The task:
Within the entries below, every line containing "Front" is to be copied.

Dataset extract:
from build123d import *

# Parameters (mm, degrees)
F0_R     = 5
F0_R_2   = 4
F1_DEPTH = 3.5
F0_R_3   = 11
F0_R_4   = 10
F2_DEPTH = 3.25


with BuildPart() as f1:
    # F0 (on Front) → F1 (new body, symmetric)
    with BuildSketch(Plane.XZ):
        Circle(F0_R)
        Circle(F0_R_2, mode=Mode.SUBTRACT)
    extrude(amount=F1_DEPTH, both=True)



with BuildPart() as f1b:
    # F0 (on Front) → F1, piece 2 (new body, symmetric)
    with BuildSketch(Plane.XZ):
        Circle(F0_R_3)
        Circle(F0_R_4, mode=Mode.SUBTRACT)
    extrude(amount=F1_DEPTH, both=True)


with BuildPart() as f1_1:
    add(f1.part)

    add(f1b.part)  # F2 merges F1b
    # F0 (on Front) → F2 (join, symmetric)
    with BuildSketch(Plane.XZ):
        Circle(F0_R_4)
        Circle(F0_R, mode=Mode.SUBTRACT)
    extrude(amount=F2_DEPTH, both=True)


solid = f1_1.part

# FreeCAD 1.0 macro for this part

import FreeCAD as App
import Part
import Sketcher
Q = App.Units.Quantity

doc = App.newDocument("Part")
params = doc.addObject("Spreadsheet::Sheet", "Params")
for row, (alias, value) in enumerate([
    ("sketch1_diameter", "10 mm"),
    ("sketch1_diameter2", "8 mm"),
    ("pad1_length", "7 mm"),
    ("sketch2_diameter", "22 mm"),
    ("sketch2_diameter2", "20 mm"),
    ("pad2_length", "7 mm"),
    ("sketch3_diameter", "20 mm"),
    ("sketch3_diameter2", "10 mm"),
    ("pad3_length", "6.5 mm"),
], start=1):
    params.set(f"A{row}", alias)
    params.set(f"B{row}", "=" + value)
    params.setAlias(f"B{row}", alias)

body = doc.addObject("PartDesign::Body", "Body")

# Sketch on XZ plane
sketch1 = doc.addObject("Sketcher::SketchObject", "Sketch")
body.addObject(sketch1)
sketch1.AttachmentSupport = (doc.XZ_Plane, [""])
sketch1.MapMode = "FlatFace"
sketch1.addGeometry([
    Part.Circle(App.Vector(0, 0, 0), App.Vector(0, 0, 1), 5),
    Part.Circle(App.Vector(0, 0, 0), App.Vector(0, 0, 1), 4),
], False)
sketch1.addConstraint([
    Sketcher.Constraint("Coincident", 0, 3, -1, 1),
    Sketcher.Constraint("Coincident", 1, 3, -1, 1),
    Sketcher.Constraint("Diameter", 0, Q("10 mm")),
    Sketcher.Constraint("Diameter", 1, Q("8 mm")),
])
sketch1.setExpression("Constraints[2]", "Params.sketch1_diameter")
sketch1.setExpression("Constraints[3]", "Params.sketch1_diameter2")
pad1 = doc.addObject("PartDesign::Pad", "Pad")
body.addObject(pad1)
pad1.Profile = sketch1
pad1.setExpression("Length", "Params.pad1_length")
pad1.Midplane = True
body2 = doc.addObject("PartDesign::Body", "Body001")

# Sketch on XZ plane
sketch2 = doc.addObject("Sketcher::SketchObject", "Sketch001")
body2.addObject(sketch2)
sketch2.AttachmentSupport = (doc.getObject("XZ_Plane001"), [""])
sketch2.MapMode = "FlatFace"
sketch2.addGeometry([
    Part.Circle(App.Vector(0, 0, 0), App.Vector(0, 0, 1), 11),
    Part.Circle(App.Vector(0, 0, 0), App.Vector(0, 0, 1), 10),
], False)
sketch2.addConstraint([
    Sketcher.Constraint("Coincident", 0, 3, -1, 1),
    Sketcher.Constraint("Coincident", 1, 3, -1, 1),
    Sketcher.Constraint("Diameter", 0, Q("22 mm")),
    Sketcher.Constraint("Diameter", 1, Q("20 mm")),
])
sketch2.setExpression("Constraints[2]", "Params.sketch2_diameter")
sketch2.setExpression("Constraints[3]", "Params.sketch2_diameter2")
pad2 = doc.addObject("PartDesign::Pad", "Pad001")
body2.addObject(pad2)
pad2.Profile = sketch2
pad2.setExpression("Length", "Params.pad2_length")
pad2.Midplane = True
body.AllowCompound = True
doc.recompute()

boolean = doc.addObject("PartDesign::Boolean", "Boolean")
body.addObject(boolean)
boolean.Type = "Fuse"
boolean.addObjects([body2])

# Sketch on XZ plane
sketch3 = doc.addObject("Sketcher::SketchObject", "Sketch002")
body.addObject(sketch3)
sketch3.AttachmentSupport = (doc.XZ_Plane, [""])
sketch3.MapMode = "FlatFace"
sketch3.addGeometry([
    Part.Circle(App.Vector(0, 0, 0), App.Vector(0, 0, 1), 10),
    Part.Circle(App.Vector(0, 0, 0), App.Vector(0, 0, 1), 5),
], False)
sketch3.addConstraint([
    Sketcher.Constraint("Coincident", 0, 3, -1, 1),
    Sketcher.Constraint("Coincident", 1, 3, -1, 1),
    Sketcher.Constraint("Diameter", 0, Q("20 mm")),
    Sketcher.Constraint("Diameter", 1, Q("10 mm")),
])
sketch3.setExpression("Constraints[2]", "Params.sketch3_diameter")
sketch3.setExpression("Constraints[3]", "Params.sketch3_diameter2")
pad3 = doc.addObject("PartDesign::Pad", "Pad002")
body.addObject(pad3)
pad3.Profile = sketch3
pad3.setExpression("Length", "Params.pad3_length")
pad3.Midplane = True

doc.recompute()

Output for this exercise:
    # F0 (on Front) → F1 (new body, symmetric)
    # F0 (on Front) → F1, piece 2 (new body, symmetric)
    # F0 (on Front) → F2 (join, symmetric)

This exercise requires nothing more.